Wednesday, June 06, 2007
Oh no, I'm going to finish watching Hana Yori Dango2 but, is still a nice show! Wow, I'm glad I watched this before my School starts. And I-weekly also recommanded this show too!!! Haha. Thanks huangping, for the great recommendation. hahaAnyway, my sis started work on Tue and well, is been 2 days since her work, but she looked and she really is so tired by the time she reached home. Though my father had been fetching her from the checkpoint every night, but is still tired. I can really understand that, the fact that I did that while I'm in JC and the distance from my school can be well compared with the one my sis travelled to work everyday. I feel so pitiful of her. But well, my dad seems very reluctant to let her stay in Singapore. I guess he just dotes her too much that he cant bear to let her leave him. I dont know if this sounds very exaggerating, but well, from my point of view, that's what I see.

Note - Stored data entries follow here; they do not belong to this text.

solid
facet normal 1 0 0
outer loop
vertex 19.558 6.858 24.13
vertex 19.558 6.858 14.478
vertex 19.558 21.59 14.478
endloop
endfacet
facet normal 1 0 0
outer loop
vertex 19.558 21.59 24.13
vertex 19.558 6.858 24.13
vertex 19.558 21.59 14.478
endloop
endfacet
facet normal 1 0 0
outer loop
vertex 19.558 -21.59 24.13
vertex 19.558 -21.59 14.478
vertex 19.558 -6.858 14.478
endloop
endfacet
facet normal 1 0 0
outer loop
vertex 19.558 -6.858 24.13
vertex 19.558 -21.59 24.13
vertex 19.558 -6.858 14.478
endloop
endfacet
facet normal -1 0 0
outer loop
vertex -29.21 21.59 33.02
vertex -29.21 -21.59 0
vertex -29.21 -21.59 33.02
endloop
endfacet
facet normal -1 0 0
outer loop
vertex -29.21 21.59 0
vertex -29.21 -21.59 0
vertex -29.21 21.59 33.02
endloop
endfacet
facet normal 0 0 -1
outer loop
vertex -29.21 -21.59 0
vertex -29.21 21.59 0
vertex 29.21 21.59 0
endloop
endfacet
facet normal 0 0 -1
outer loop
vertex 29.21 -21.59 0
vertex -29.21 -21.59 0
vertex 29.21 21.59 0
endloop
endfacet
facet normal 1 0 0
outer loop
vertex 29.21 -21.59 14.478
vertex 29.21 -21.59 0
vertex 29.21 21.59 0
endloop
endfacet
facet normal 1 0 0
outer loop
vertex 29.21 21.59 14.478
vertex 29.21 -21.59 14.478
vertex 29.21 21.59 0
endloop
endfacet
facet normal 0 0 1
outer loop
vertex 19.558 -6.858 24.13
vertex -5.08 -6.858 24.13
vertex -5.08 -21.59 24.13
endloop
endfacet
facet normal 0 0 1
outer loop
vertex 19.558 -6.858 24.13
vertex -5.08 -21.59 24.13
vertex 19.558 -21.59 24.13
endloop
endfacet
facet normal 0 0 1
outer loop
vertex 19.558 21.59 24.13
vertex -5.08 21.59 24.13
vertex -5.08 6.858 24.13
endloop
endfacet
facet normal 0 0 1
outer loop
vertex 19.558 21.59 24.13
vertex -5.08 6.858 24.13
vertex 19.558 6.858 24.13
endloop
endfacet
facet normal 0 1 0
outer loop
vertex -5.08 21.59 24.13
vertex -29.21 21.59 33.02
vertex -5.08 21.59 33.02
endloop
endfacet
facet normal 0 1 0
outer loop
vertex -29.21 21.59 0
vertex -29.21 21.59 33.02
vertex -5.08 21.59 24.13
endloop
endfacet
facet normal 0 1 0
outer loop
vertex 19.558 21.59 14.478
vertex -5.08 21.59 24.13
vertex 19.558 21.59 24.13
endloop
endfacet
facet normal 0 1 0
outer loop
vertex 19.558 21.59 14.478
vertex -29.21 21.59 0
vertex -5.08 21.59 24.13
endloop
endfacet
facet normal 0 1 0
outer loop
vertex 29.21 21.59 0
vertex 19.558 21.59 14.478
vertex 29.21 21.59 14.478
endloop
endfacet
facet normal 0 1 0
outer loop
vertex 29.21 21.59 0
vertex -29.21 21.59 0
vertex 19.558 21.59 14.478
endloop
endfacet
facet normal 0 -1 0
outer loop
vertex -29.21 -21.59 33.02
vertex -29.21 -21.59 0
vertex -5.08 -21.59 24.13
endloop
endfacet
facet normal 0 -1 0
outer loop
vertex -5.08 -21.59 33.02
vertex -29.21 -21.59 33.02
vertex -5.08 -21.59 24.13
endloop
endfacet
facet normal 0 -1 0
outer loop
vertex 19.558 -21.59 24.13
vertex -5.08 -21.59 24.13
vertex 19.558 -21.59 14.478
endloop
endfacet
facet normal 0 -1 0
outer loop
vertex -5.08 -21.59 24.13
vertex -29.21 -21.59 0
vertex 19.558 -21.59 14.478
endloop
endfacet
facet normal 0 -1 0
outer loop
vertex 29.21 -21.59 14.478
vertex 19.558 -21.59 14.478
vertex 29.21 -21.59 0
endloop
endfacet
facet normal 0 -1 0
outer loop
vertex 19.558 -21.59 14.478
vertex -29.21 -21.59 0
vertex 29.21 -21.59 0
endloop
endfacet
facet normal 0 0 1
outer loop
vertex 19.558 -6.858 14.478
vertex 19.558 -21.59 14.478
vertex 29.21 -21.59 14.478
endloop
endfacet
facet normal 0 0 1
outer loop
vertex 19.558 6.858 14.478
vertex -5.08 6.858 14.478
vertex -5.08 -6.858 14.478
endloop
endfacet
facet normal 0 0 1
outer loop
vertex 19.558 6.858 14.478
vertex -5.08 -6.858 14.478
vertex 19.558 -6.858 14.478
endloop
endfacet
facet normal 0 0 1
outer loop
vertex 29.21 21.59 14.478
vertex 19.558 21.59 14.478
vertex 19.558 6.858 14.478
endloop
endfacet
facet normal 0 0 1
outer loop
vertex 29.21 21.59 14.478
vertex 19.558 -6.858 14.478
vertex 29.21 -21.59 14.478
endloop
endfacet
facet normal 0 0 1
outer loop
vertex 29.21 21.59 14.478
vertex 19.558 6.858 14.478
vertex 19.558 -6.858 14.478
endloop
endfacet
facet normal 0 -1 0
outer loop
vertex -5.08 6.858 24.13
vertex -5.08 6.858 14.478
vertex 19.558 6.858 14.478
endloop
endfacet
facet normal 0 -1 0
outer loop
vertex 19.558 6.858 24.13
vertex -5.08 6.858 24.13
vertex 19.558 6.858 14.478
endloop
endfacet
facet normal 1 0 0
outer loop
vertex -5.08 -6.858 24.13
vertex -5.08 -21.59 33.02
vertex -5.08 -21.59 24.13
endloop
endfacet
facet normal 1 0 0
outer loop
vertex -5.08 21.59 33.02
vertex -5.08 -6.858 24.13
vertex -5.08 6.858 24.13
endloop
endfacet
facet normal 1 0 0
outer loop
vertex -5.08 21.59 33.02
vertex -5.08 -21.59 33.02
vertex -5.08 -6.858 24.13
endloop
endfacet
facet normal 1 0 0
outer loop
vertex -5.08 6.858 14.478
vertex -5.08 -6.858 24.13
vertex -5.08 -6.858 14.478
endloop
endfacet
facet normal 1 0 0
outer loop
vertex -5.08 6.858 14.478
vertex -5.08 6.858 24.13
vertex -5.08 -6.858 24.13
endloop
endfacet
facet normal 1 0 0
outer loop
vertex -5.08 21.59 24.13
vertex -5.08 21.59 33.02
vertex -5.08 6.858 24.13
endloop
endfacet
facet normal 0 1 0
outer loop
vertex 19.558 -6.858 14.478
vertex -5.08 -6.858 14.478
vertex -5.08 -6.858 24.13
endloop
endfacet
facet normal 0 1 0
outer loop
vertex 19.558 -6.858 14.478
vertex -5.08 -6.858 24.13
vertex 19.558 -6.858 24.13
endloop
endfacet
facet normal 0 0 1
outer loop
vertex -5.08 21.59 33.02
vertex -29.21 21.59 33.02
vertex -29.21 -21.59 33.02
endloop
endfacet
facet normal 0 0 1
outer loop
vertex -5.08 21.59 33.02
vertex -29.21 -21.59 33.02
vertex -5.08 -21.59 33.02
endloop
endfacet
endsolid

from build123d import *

# Parameters (mm, degrees)
F0_W      = 58.42
F0_H      = 43.18
F1_DEPTH  = 33.02
F2_W      = 44.949538
F2_H      = 18.542
F3_DEPTH  = 21.591
F3_FACE_W = 34.29
F3_FACE_H = 18.542
F4_DEPTH  = 21.591
F5_W      = 24.638
F5_H      = 14.732
F6_DEPTH  = 24.13
F7_W      = 24.638
F7_H      = 14.732
F8_DEPTH  = 24.13


with BuildPart() as f1:
    # F0 (on Top) → F1 (new body)
    with BuildSketch(Plane.XY):
        Rectangle(F0_W, F0_H)
    extrude(amount=F1_DEPTH)

    # F2 (on Front) → F3 (cut, through all)
    with BuildSketch(Plane.XZ):
        with Locations((17.394769, 23.749)):
            Rectangle(F2_W, F2_H)
    extrude(amount=-F3_DEPTH, mode=Mode.SUBTRACT)

    # F3_face (on face) → F4 (cut, through all)
    with BuildSketch(Plane(origin=(12.065, 0, 23.749), x_dir=(1, 0, 0), z_dir=(0, 1, 0))):
        Rectangle(F3_FACE_W, F3_FACE_H)
    extrude(amount=-F4_DEPTH, mode=Mode.SUBTRACT)

    # F5 (on Top) → F6 (join)
    with BuildSketch(Plane.XY):
        with Locations((7.239, 14.224)):
            Rectangle(F5_W, F5_H)
    extrude(amount=F6_DEPTH)

    # F7 (on Top) → F8 (join)
    with BuildSketch(Plane.XY):
        with Locations((7.239, -14.224)):
            Rectangle(F7_W, F7_H)
    extrude(amount=F8_DEPTH)


solid = f1.part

I can sense that my sis dont mind living in spore and her friend had offer to rent a room at her place, but yea, is a two-way thingy between my dad and my sis, my sis cant and dont dare to stay in spore, mainly because she knew my dad dont like it. Ohhhh, but that doesnt solve the problem right? I guess my dad needs some thinking here and there, like we'll still be back every week, at least for now, my sis will be back everyweek if she stays in spore, and she need not worry about housework and any other minor stuffs.
Ohh, why cant they all understand and I'm the only one who can?? or do I?
I hope I'm not being unfillal here and I'm really not, but I just feel I live my life, and now, I want to the best for my life and living, and I dont know why cant he understand it, and is been a really long period of time everyone is living in the way he wants us to be. I feel so tired. I feel so lack of freedom. I need FREEDOM!